**Task objective:**
Take the entries that follow and return exactly the lines from the one holding "v -1.5936 1.9263 2.5" through the one holding "v -0.4685 -2.4557 -2.5", both included. Nothing else is needed.

**Given data:**
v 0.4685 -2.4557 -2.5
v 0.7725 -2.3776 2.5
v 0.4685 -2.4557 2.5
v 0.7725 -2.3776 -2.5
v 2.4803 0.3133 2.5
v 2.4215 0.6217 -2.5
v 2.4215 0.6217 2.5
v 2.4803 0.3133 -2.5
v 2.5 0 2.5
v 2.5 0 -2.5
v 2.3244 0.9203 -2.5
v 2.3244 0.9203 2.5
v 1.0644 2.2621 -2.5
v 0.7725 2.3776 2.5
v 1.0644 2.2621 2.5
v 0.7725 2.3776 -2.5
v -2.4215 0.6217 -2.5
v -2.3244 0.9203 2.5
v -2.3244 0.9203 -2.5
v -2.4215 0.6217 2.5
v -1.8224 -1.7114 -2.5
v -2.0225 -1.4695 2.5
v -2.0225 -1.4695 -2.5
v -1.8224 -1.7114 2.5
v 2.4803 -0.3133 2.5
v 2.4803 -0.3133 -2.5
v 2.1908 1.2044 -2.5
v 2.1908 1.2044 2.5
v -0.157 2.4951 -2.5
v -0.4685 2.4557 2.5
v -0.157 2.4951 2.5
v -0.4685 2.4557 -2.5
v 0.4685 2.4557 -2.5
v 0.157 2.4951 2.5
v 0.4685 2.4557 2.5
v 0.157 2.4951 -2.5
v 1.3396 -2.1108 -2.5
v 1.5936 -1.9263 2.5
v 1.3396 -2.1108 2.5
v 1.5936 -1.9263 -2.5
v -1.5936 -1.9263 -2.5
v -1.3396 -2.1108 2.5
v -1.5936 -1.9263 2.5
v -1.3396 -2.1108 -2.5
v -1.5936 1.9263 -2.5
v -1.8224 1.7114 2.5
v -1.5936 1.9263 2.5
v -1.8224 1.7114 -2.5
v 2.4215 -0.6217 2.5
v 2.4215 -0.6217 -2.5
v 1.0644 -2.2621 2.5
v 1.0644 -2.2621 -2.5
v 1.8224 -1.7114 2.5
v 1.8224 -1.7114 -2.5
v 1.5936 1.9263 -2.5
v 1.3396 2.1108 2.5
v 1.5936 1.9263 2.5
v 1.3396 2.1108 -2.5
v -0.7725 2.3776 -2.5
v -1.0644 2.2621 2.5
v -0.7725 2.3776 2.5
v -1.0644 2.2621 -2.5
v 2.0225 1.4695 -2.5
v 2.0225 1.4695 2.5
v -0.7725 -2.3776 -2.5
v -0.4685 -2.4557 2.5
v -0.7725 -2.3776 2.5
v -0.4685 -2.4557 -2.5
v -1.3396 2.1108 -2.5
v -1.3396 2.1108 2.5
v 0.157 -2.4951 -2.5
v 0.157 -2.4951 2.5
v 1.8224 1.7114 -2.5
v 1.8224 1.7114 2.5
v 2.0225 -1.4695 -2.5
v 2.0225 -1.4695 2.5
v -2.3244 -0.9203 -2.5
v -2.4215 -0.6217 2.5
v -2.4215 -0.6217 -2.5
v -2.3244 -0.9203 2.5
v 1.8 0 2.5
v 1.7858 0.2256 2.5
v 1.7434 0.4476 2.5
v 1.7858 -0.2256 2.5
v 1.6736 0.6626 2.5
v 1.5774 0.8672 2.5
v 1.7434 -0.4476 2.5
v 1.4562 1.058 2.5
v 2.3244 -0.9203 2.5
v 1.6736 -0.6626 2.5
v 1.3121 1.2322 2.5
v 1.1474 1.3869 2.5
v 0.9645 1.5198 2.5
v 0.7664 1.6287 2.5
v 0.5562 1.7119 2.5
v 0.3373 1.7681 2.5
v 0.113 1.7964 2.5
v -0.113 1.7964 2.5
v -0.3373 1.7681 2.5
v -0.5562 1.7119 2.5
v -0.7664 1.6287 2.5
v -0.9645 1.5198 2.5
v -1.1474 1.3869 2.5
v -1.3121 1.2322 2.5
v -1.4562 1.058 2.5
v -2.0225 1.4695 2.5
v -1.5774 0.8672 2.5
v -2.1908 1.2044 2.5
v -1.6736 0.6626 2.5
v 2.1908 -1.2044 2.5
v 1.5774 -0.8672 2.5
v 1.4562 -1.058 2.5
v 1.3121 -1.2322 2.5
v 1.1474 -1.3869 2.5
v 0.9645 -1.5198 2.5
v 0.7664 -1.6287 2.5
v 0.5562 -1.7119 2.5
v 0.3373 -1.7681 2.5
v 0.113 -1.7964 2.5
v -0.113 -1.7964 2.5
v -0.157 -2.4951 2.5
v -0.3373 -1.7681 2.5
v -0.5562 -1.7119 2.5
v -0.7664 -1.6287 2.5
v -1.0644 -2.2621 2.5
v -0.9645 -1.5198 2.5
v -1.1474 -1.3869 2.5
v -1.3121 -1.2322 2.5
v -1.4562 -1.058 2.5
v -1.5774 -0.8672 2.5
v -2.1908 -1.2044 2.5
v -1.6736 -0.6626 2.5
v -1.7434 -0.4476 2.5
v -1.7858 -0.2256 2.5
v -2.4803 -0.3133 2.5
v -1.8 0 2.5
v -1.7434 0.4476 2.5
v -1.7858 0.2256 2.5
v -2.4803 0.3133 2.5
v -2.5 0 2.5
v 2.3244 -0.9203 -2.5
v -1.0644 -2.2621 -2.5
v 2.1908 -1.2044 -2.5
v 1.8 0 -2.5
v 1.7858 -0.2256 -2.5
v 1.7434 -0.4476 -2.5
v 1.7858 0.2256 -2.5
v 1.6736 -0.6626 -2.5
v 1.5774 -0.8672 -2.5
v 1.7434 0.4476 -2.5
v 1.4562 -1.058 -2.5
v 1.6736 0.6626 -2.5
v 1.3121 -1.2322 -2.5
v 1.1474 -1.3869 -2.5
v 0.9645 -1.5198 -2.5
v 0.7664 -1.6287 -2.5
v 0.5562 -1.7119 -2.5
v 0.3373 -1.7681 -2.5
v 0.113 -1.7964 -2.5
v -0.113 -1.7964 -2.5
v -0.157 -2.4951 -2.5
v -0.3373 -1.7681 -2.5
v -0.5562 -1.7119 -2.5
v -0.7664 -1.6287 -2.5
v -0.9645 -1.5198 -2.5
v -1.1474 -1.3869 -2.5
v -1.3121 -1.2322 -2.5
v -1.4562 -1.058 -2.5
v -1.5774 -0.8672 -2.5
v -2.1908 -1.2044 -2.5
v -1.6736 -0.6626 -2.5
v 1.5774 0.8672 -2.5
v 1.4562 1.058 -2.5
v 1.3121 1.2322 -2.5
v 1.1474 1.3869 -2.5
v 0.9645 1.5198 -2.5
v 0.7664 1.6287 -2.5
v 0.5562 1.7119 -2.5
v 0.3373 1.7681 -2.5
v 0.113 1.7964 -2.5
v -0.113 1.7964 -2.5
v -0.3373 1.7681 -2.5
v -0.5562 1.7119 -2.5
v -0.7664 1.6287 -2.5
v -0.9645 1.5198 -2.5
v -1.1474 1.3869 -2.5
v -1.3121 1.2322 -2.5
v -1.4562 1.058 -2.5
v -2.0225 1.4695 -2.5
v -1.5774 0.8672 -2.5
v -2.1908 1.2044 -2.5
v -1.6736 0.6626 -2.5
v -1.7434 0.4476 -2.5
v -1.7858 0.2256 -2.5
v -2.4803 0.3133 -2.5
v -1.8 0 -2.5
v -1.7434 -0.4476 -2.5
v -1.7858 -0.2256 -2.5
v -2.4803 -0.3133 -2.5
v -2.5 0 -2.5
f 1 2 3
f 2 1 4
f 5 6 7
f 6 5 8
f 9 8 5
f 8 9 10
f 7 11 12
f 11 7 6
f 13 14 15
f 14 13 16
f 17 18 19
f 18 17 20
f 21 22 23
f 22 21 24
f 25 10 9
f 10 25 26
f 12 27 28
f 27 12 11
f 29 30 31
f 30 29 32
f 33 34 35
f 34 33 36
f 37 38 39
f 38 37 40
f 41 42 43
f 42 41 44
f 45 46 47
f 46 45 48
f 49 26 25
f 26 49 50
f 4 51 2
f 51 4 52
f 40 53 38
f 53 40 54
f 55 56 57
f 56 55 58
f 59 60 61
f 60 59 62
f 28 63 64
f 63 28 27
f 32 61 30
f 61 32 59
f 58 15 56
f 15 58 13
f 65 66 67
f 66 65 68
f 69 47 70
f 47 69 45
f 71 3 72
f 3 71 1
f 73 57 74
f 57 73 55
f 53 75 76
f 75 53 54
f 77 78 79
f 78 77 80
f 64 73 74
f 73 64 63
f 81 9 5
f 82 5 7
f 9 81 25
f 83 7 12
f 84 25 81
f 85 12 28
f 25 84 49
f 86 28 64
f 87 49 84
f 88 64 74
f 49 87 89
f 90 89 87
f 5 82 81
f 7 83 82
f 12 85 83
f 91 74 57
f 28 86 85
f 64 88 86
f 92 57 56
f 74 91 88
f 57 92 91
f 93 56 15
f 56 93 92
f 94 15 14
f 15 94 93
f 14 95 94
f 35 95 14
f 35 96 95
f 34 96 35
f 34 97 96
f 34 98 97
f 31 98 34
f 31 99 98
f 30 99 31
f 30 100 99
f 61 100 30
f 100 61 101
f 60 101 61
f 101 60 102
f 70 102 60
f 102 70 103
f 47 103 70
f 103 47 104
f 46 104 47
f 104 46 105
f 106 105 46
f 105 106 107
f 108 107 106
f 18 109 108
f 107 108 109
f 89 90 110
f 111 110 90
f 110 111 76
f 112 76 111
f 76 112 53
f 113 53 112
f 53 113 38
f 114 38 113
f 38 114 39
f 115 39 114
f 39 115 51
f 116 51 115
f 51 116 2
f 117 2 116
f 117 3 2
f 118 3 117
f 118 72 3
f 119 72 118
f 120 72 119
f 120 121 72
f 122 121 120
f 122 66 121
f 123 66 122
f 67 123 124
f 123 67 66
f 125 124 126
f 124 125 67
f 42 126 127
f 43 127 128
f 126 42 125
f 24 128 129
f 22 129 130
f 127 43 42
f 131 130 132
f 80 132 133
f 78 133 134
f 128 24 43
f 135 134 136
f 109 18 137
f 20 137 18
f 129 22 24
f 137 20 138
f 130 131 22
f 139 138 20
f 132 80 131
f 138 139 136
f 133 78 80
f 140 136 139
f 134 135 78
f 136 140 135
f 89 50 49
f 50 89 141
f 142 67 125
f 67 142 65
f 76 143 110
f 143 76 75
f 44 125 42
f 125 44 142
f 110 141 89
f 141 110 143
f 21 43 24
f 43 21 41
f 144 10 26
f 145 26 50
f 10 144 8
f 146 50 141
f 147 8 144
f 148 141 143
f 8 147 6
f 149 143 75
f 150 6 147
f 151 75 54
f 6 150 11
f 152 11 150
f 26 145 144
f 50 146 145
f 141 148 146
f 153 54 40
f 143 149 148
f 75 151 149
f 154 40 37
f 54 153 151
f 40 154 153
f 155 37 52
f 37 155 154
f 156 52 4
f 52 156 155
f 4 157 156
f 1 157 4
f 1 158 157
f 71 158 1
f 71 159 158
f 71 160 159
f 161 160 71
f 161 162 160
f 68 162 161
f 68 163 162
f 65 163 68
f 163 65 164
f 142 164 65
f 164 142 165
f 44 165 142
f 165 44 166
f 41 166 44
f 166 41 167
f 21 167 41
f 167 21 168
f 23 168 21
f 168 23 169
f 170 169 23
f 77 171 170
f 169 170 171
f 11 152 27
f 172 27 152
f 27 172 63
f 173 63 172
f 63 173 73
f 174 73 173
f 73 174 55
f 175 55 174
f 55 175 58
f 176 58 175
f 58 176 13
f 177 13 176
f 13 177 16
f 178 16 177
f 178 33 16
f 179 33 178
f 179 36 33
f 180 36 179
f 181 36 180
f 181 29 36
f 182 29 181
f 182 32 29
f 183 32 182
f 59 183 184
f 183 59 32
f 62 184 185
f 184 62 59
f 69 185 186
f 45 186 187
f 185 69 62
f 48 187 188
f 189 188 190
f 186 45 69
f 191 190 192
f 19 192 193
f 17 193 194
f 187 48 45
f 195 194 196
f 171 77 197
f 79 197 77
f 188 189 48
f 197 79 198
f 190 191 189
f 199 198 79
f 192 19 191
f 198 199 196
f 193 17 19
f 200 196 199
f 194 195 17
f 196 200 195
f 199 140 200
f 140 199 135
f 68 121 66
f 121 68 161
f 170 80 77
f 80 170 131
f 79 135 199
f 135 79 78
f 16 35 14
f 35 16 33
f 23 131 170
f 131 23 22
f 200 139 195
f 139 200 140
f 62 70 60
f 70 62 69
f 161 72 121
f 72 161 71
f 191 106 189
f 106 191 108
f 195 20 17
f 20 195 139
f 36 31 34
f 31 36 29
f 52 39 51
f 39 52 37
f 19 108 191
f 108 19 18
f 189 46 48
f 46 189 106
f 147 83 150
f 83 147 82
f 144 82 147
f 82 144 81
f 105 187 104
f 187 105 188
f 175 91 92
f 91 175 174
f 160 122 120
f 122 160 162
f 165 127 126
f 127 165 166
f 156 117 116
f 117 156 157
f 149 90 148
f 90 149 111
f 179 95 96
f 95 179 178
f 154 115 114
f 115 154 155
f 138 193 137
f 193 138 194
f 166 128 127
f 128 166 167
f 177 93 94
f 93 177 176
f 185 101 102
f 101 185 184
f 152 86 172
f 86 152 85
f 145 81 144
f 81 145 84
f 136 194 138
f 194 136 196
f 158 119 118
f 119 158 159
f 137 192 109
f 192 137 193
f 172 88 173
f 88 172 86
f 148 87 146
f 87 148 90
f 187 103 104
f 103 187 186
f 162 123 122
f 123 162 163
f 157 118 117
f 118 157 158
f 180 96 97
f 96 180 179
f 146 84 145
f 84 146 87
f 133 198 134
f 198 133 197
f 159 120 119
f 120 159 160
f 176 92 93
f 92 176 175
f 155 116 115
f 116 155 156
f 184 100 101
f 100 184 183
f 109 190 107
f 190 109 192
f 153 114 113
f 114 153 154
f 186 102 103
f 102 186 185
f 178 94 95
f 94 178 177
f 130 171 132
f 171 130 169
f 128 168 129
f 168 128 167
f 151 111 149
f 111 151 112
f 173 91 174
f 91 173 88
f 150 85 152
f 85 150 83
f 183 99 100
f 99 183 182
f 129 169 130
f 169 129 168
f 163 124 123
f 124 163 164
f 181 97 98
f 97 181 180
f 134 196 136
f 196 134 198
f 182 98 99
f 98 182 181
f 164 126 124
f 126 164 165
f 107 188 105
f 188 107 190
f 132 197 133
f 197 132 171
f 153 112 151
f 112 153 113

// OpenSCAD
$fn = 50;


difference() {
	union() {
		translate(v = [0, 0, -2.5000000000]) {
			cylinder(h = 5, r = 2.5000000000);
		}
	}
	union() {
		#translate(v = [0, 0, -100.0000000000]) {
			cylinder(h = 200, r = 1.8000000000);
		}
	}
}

...

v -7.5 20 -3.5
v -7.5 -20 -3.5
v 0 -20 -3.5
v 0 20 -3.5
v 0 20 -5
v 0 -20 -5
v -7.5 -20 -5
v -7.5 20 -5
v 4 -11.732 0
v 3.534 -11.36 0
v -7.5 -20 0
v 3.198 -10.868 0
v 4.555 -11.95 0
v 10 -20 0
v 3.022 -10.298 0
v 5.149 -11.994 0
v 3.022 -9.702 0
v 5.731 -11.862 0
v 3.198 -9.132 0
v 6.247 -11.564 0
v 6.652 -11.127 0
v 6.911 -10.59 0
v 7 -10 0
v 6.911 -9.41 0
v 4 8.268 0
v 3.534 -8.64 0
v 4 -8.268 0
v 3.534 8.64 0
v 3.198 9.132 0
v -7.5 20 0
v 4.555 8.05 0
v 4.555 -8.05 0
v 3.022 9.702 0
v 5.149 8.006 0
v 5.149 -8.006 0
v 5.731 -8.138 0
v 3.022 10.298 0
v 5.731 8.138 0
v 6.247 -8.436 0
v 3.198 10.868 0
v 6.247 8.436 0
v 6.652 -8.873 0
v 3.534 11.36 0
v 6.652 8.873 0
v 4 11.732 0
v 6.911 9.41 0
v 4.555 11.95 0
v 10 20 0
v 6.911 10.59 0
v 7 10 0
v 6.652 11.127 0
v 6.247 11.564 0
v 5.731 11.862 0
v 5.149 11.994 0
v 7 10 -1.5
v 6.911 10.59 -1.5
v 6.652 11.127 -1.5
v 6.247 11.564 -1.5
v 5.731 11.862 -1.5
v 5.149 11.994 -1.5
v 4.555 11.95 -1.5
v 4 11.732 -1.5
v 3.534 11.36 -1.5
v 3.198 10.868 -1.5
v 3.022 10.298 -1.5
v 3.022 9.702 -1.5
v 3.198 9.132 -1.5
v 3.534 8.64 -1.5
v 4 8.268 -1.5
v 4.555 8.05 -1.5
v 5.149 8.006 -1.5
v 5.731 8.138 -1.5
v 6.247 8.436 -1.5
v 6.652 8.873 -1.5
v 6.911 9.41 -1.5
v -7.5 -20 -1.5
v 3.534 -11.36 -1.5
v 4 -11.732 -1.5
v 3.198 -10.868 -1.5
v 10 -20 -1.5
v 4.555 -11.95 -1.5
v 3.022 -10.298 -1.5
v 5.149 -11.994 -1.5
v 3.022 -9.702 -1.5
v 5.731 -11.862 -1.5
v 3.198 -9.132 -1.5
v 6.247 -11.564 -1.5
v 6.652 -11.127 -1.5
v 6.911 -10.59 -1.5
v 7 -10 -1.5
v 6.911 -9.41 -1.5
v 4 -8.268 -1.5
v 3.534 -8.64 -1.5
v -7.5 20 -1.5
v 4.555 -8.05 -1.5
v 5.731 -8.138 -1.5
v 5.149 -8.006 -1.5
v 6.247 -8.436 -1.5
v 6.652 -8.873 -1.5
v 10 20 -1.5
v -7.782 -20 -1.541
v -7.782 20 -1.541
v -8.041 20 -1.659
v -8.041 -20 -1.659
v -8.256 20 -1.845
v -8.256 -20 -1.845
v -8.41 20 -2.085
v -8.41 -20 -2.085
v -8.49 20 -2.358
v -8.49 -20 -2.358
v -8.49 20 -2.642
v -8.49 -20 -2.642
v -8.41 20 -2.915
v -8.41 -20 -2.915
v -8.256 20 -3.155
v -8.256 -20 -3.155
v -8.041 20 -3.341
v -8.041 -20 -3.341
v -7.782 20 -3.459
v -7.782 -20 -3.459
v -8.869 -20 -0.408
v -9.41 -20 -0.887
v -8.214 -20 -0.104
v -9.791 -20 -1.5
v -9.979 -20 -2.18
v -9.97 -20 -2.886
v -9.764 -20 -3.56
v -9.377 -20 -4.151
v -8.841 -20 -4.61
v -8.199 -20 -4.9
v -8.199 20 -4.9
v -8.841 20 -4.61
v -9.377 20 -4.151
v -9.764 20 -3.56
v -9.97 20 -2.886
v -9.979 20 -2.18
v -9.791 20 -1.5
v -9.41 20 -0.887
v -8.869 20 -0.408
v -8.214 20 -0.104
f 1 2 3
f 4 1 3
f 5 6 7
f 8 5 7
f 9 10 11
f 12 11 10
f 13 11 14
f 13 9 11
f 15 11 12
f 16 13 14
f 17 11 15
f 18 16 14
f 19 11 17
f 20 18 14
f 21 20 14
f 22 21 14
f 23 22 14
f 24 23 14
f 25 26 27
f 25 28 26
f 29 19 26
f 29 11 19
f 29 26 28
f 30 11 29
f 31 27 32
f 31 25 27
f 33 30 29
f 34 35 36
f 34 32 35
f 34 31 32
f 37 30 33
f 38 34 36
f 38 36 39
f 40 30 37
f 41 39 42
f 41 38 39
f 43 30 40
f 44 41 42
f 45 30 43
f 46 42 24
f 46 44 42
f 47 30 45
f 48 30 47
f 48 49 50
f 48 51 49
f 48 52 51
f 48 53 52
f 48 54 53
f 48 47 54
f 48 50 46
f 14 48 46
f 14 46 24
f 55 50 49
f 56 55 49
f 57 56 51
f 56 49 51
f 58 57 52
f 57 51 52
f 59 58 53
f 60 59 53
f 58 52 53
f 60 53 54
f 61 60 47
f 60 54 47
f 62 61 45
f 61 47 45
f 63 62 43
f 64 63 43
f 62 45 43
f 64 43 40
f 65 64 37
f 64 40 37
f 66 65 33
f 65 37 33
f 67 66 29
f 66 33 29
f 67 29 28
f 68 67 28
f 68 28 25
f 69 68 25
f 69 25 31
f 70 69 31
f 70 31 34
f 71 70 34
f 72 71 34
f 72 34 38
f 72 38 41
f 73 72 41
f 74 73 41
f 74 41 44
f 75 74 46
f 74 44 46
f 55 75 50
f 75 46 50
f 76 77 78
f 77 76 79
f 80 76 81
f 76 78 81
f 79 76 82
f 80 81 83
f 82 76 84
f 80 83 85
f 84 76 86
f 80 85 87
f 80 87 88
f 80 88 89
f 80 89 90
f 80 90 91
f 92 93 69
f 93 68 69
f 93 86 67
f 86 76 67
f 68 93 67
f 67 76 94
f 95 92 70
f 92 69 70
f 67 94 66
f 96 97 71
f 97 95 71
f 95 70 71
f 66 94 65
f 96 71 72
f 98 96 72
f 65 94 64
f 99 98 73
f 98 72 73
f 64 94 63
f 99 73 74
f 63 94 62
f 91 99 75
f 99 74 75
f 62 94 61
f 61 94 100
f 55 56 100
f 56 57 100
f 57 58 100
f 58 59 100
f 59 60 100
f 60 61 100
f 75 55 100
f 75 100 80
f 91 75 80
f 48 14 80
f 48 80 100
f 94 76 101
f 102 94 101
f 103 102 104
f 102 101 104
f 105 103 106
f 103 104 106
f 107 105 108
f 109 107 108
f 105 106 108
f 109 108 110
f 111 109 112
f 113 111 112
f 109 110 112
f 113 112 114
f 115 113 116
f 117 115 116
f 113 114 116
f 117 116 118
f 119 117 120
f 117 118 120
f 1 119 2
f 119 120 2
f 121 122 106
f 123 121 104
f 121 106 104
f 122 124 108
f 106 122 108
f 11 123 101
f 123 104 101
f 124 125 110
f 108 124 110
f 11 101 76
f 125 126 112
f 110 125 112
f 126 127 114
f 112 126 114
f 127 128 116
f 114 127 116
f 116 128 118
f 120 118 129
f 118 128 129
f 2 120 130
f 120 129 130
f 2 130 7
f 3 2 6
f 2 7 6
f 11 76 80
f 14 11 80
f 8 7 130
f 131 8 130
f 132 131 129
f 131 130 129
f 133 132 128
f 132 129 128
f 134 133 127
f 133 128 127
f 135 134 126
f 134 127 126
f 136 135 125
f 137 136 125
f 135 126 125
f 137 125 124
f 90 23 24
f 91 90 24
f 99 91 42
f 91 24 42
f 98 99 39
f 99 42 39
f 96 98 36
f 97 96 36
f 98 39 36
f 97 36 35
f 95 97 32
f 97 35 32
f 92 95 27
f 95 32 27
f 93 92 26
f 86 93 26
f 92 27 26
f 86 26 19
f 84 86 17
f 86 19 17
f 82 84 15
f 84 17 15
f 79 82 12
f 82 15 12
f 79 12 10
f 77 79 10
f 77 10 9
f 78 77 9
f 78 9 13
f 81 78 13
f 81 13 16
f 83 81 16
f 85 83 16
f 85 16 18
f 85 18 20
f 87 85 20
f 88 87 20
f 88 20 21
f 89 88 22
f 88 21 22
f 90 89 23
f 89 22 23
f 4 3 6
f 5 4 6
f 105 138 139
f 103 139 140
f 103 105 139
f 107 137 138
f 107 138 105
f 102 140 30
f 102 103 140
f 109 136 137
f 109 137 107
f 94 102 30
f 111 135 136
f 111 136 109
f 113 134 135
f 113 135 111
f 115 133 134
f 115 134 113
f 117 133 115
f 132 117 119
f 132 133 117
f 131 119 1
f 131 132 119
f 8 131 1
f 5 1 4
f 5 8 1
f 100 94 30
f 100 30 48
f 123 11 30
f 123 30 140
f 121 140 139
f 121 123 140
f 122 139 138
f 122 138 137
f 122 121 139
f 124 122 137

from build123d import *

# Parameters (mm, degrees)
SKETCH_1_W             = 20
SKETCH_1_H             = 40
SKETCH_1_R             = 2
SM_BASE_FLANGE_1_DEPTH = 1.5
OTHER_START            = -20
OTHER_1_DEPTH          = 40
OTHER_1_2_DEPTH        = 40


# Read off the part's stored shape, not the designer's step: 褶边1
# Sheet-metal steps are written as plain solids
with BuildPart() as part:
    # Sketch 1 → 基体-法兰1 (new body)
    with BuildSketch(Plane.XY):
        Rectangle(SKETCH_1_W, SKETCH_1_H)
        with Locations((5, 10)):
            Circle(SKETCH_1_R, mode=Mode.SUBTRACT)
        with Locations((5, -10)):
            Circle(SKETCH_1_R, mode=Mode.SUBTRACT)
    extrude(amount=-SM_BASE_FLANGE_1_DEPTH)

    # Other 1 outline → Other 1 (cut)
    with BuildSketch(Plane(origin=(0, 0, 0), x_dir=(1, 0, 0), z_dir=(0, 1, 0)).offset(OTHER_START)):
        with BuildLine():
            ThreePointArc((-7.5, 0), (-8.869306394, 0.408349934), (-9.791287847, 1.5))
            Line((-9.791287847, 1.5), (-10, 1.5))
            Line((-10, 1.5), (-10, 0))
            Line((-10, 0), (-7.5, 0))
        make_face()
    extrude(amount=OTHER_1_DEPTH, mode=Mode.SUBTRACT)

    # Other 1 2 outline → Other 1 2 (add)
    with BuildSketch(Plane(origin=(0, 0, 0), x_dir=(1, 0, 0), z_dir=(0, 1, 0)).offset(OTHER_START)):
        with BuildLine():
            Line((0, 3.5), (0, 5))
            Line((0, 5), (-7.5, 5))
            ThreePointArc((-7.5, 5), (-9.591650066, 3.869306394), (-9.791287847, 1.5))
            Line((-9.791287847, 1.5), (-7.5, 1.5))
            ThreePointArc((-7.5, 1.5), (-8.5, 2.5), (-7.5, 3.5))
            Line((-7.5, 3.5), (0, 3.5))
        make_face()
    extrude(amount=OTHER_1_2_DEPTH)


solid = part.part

**Answer to the exercise:**
v -1.5936 1.9263 2.5
v -1.8224 1.7114 -2.5
v 2.4215 -0.6217 2.5
v 2.4215 -0.6217 -2.5
v 1.0644 -2.2621 2.5
v 1.0644 -2.2621 -2.5
v 1.8224 -1.7114 2.5
v 1.8224 -1.7114 -2.5
v 1.5936 1.9263 -2.5
v 1.3396 2.1108 2.5
v 1.5936 1.9263 2.5
v 1.3396 2.1108 -2.5
v -0.7725 2.3776 -2.5
v -1.0644 2.2621 2.5
v -0.7725 2.3776 2.5
v -1.0644 2.2621 -2.5
v 2.0225 1.4695 -2.5
v 2.0225 1.4695 2.5
v -0.7725 -2.3776 -2.5
v -0.4685 -2.4557 2.5
v -0.7725 -2.3776 2.5
v -0.4685 -2.4557 -2.5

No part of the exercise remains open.